This simple scheme (favouring travel across plains, along major river networks and along coasts with visual contact to land) has been used previously in the study by Ducke and Rassmann (2010).

All base geodata, required for deriving the cost surface, was acquired from open data sources on the Internet. The elevation data used to compute slope was extracted from the CIGAR SRTM data set, version 4.1Footnote 4, which provides complete coverage at three arc seconds resolution (at the equator). It was resampled to a resolution of 30 arc seconds, which translates to a measurement spacing of less than one kilometre within the study area. This was deemed sufficient for the scale of this study, being roughly the equivalent of 1:1,000,000 scale cartographic maps.

Additional topographical data, provided by the Natural Earth projectFootnote 5 at a scale of 1:10 m, was used for masking the terrain, i.e. separating land from sea (this is not easily possible with just the SRTM data, which contains no well-defined boundaries between the two categories).
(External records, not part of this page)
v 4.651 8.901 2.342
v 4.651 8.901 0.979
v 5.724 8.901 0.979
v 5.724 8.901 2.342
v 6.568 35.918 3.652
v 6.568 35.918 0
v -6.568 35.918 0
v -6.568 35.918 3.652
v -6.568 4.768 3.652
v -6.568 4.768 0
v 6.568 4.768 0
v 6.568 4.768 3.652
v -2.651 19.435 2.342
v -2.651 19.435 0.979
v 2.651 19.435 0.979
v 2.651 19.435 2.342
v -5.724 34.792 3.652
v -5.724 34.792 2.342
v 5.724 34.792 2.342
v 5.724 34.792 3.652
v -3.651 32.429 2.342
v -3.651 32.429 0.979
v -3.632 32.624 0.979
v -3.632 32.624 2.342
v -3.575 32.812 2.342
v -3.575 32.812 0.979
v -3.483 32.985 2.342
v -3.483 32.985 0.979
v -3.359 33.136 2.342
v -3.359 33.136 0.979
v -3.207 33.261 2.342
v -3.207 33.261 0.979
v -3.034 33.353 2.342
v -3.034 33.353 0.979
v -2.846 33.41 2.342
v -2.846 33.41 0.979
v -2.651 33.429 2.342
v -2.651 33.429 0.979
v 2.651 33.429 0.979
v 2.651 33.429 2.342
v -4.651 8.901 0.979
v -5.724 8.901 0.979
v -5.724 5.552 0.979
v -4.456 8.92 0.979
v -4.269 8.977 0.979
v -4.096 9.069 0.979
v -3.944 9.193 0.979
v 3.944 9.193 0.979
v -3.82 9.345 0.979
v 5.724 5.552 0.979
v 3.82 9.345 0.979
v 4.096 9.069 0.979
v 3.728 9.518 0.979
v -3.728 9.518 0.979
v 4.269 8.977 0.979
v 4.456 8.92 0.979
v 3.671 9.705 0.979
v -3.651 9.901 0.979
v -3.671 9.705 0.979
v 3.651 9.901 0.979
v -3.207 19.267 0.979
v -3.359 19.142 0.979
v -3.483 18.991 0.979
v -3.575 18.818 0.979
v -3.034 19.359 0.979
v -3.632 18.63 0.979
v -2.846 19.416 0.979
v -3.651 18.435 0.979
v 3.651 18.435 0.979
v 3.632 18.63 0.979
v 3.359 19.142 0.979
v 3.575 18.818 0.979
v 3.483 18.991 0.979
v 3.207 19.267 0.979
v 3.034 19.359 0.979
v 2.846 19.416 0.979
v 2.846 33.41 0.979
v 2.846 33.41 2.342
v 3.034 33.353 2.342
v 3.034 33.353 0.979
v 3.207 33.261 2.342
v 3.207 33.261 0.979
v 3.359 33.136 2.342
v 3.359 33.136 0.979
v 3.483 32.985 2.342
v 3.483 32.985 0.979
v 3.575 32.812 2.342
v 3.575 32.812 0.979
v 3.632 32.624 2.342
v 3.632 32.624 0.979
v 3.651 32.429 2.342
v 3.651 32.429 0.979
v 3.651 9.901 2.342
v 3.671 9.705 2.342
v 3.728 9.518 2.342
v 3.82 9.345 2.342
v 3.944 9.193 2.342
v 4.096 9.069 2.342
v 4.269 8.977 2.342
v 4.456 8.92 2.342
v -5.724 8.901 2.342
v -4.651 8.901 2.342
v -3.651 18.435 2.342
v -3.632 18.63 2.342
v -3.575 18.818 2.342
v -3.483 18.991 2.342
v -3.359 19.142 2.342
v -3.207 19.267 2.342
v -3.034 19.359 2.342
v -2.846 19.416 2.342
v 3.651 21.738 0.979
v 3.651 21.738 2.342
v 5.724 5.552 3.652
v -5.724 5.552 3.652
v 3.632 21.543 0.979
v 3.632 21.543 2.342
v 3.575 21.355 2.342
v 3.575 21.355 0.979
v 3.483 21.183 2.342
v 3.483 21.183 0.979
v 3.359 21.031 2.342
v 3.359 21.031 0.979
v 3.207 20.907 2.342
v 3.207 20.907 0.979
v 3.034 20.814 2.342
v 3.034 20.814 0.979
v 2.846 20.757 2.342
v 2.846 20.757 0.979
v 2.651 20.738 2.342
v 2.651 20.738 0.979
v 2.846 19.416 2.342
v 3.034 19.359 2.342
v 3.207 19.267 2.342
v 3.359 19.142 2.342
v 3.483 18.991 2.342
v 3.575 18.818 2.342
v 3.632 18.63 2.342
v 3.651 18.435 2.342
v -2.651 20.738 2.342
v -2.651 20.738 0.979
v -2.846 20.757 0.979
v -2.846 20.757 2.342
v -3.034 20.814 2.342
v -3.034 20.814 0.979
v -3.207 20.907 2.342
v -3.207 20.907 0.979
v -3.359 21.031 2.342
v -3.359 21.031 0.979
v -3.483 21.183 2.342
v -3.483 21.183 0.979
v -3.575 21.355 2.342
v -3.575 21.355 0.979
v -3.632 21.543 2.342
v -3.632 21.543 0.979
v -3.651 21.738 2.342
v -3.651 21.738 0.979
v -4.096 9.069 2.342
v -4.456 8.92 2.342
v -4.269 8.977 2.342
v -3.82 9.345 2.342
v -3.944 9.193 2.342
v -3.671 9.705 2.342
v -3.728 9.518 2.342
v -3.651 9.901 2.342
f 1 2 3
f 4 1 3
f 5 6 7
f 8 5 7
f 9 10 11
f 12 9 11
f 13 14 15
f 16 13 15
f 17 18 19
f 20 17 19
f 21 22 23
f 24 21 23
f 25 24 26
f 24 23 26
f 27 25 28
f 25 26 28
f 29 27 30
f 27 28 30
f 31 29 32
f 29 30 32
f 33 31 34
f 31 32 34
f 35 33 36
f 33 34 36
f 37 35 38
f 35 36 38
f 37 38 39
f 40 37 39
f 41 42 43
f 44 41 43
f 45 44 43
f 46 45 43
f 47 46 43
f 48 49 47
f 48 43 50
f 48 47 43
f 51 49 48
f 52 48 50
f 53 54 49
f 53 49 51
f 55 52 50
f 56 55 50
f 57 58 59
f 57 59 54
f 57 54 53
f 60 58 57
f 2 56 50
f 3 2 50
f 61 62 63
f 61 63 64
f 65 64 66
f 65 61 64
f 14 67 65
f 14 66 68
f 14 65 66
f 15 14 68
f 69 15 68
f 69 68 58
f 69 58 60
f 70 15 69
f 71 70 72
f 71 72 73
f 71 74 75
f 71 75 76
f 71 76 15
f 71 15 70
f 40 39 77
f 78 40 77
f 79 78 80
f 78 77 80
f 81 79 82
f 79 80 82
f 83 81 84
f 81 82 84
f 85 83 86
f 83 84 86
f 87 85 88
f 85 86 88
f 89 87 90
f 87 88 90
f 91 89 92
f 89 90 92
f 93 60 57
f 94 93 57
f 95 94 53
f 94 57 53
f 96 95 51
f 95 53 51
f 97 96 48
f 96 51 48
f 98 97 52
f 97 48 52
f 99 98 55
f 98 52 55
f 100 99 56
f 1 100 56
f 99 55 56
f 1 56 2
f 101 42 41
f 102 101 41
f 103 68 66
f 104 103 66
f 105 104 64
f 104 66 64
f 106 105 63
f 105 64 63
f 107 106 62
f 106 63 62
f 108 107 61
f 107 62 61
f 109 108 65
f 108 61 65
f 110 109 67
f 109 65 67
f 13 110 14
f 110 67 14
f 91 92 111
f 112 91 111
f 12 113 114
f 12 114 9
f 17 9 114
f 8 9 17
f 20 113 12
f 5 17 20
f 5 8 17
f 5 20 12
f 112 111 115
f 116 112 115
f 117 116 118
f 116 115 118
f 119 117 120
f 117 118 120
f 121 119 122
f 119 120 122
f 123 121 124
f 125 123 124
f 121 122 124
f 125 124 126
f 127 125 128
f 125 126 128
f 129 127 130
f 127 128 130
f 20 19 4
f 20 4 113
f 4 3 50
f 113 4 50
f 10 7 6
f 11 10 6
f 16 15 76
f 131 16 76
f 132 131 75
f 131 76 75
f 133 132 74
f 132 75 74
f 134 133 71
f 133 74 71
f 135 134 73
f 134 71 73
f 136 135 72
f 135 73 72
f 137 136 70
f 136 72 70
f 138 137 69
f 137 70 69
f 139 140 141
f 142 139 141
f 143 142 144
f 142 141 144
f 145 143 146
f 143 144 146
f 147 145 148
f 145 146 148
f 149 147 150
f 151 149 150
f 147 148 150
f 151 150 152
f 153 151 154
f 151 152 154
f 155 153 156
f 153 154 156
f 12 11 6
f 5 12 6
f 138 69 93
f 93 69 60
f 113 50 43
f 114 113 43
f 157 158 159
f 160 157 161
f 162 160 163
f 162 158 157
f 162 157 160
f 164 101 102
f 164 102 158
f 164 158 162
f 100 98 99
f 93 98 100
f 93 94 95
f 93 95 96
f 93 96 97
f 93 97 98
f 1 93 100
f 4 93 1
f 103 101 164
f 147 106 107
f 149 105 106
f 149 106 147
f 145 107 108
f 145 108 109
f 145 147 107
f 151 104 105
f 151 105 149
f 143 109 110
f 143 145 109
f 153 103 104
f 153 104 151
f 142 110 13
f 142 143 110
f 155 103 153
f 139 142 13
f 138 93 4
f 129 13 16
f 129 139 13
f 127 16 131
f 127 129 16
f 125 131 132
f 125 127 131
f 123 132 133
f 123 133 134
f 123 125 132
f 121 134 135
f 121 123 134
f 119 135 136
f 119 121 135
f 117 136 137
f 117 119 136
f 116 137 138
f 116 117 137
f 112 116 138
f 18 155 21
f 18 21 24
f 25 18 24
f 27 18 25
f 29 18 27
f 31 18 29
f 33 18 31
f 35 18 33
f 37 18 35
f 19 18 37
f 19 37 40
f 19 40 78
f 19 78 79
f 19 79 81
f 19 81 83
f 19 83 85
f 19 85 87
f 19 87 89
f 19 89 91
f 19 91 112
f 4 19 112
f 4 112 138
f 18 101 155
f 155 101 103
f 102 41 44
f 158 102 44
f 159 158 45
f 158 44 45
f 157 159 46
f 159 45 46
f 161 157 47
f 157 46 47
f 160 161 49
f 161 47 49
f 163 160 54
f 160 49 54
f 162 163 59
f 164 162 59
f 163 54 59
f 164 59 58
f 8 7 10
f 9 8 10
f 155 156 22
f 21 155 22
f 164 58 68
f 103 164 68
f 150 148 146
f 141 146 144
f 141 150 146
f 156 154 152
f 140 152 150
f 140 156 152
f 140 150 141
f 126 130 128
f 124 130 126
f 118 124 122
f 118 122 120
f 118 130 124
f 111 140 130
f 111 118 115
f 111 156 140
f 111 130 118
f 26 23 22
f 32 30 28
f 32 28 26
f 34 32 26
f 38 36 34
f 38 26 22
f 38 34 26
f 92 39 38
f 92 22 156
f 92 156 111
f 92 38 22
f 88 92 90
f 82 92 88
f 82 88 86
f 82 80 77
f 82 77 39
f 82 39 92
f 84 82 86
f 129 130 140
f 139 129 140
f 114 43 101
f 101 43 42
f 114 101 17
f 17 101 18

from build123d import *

# Parameters (mm, degrees)
F1_DEPTH = 0.97852
F2_DEPTH = 2.34214
F3_DEPTH = 3.65164


with BuildPart() as f1:
    # F0 (on Top) → F1 (new body)
    with BuildSketch(Plane.XY):
        with BuildLine():
            Line((0, 5.55195), (5.724427, 5.55195))
            Line((5.724427, 5.55195), (5.724427, 8.900544))
            Line((5.724427, 8.900544), (4.651407, 8.900544))
            ThreePointArc((4.651407, 8.900544), (3.9443, 9.193437), (3.651407, 9.900544))
            Line((3.651407, 9.900544), (3.651407, 18.435233))
            ThreePointArc((3.651407, 18.435233), (3.358514, 19.142339), (2.651407, 19.435233))
            Line((2.651407, 19.435233), (-2.651407, 19.435233))
            ThreePointArc((-2.651407, 19.435233), (-3.358514, 19.142339), (-3.651407, 18.435233))
            Line((-3.651407, 18.435233), (-3.651407, 9.900544))
            ThreePointArc((-3.651407, 9.900544), (-3.9443, 9.193437), (-4.651407, 8.900544))
            Line((-4.651407, 8.900544), (-5.724427, 8.900544))
            Line((-5.724427, 8.900544), (-5.724427, 5.55195))
            Line((-5.724427, 5.55195), (0, 5.55195))
        make_face()
        with BuildLine():
            ThreePointArc((3.651407, 32.429379), (3.358514, 33.136486), (2.651407, 33.429379))
            Line((2.651407, 33.429379), (0, 33.429379))
            Line((0, 33.429379), (-2.651407, 33.429379))
            ThreePointArc((-2.651407, 33.429379), (-3.358514, 33.136486), (-3.651407, 32.429379))
            Line((-3.651407, 32.429379), (-3.651407, 21.738077))
            ThreePointArc((-3.651407, 21.738077), (-3.358514, 21.03097), (-2.651407, 20.738077))
            Line((-2.651407, 20.738077), (2.651407, 20.738077))
            ThreePointArc((2.651407, 20.738077), (3.358514, 21.03097), (3.651407, 21.738077))
            Line((3.651407, 21.738077), (3.651407, 32.429379))
        make_face()
    extrude(amount=F1_DEPTH)

    # F0 (on Top) → F2 (join)
    with BuildSketch(Plane.XY):
        with BuildLine():
            Line((4.651407, 8.900544), (5.724427, 8.900544))
            Line((5.724427, 8.900544), (5.724427, 34.792196))
            Line((5.724427, 34.792196), (0, 34.792196))
            Line((0, 34.792196), (-5.724427, 34.792196))
            Line((-5.724427, 34.792196), (-5.724427, 8.900544))
            Line((-5.724427, 8.900544), (-4.651407, 8.900544))
            ThreePointArc((-4.651407, 8.900544), (-3.9443, 9.193437), (-3.651407, 9.900544))
            Line((-3.651407, 9.900544), (-3.651407, 18.435233))
            ThreePointArc((-3.651407, 18.435233), (-3.358514, 19.142339), (-2.651407, 19.435233))
            Line((-2.651407, 19.435233), (2.651407, 19.435233))
            ThreePointArc((2.651407, 19.435233), (3.358514, 19.142339), (3.651407, 18.435233))
            Line((3.651407, 18.435233), (3.651407, 9.900544))
            ThreePointArc((3.651407, 9.900544), (3.9443, 9.193437), (4.651407, 8.900544))
        make_face()
        with BuildLine():
            Line((0, 33.429379), (2.651407, 33.429379))
            ThreePointArc((2.651407, 33.429379), (3.358514, 33.136486), (3.651407, 32.429379))
            Line((3.651407, 32.429379), (3.651407, 21.738077))
            ThreePointArc((3.651407, 21.738077), (3.358514, 21.03097), (2.651407, 20.738077))
            Line((2.651407, 20.738077), (-2.651407, 20.738077))
            ThreePointArc((-2.651407, 20.738077), (-3.358514, 21.03097), (-3.651407, 21.738077))
            Line((-3.651407, 21.738077), (-3.651407, 32.429379))
            ThreePointArc((-3.651407, 32.429379), (-3.358514, 33.136486), (-2.651407, 33.429379))
            Line((-2.651407, 33.429379), (0, 33.429379))
        make_face(mode=Mode.SUBTRACT)
    extrude(amount=F2_DEPTH)

    # F0 (on Top) → F3 (join)
    with BuildSketch(Plane.XY):
        Polygon((6.567956, 4.76807), (6.567956, 35.9184), (0, 35.9184), (-6.567956, 35.9184), (-6.567956, 4.76807), (0, 4.76807), align=None)
        Polygon((5.724427, 8.900544), (5.724427, 5.55195), (0, 5.55195), (-5.724427, 5.55195), (-5.724427, 8.900544), (-5.724427, 34.792196), (0, 34.792196), (5.724427, 34.792196), align=None, mode=Mode.SUBTRACT)
    extrude(amount=F3_DEPTH)


solid = f1.part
The river networks were provided by the Global Self-consistent, Hierarchical, High-resolution Geography Database (GSHHGFootnote 6). We extracted those GSHHG subsets that best matched the scale of our analysis: river lines of categories “L1”, “L2” and “L3” (“permanent major rivers”, “additional major rivers” and “additional rivers”) at intermediate “resolution” (level of detail). Embedding hydrography into the cost surface ensures that the conductive effects of natural network features (river systems) will be represented in the reconstructions.
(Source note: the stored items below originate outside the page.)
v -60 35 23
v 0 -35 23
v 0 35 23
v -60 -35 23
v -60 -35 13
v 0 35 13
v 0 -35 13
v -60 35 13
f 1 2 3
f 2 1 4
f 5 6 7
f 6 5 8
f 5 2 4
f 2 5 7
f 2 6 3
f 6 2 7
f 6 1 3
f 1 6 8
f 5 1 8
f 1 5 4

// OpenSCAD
// Built by bench/smallmodels/features/compiler.py from a list of features.
$fn = 64;
difference() {
  union() {
    translate([0, 0, 0]) translate([-60, -35, 0]) cube([120, 70, 40]);
  }
  union() {
    translate([0, 0, 3]) rotate([0, 0, 0]) translate([-60, -35, 0]) cube([120, 70, 37]);
    translate([0, 0, 0]) rotate([0, 0, 0]) translate([-60, -35, 0]) cube([120, 70, 37]);
  }
}
union() {
    translate([-30, 0, 13]) translate([-30, -35, 0]) cube([60, 70, 10]);
  }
The cost surface for this study was composed using the raster algebra module “r.mapcalc”, provided by open source GRASS GIS, version 7.8Footnote 7. All geodata was reprojected to a Cartesian coordinate reference system with ETRS 89 datum and EPSG code 3035. It uses metres as map units and a Lambert Azimuthal Equal Area projection to provide true area representation for the entire study region.

Methods and Observations

We broadly define (node-based) network reconstruction as the process of identifying useful mathematical models that will tell us, for all possible pairs of nodes in a network, whether they fulfil one or more plausible connectivity criteria, and can thus be assumed to have been linked. In principle, we are free to choose our connectivity criteria, but whereas immaterial social networks (Fig. 3) represent full (ideal) connection potential, their geographical (real) counterparts are bounded by much harder resource constraints. We are therefore interested in models that will plausibly reduce the number of links in the network from densely connected social space to more sparsely connected geographic space.

Fig. 3
figure 3

Cartographic representation of a social network, based on the similarity observations recorded in Table 1. Link thickness represents connection strength (number of similarities shared by connected nodes), node size represents summed strength (degree centrality) at each node. Maximum link strength is 3 (summed: 16 at node representing Mycenae)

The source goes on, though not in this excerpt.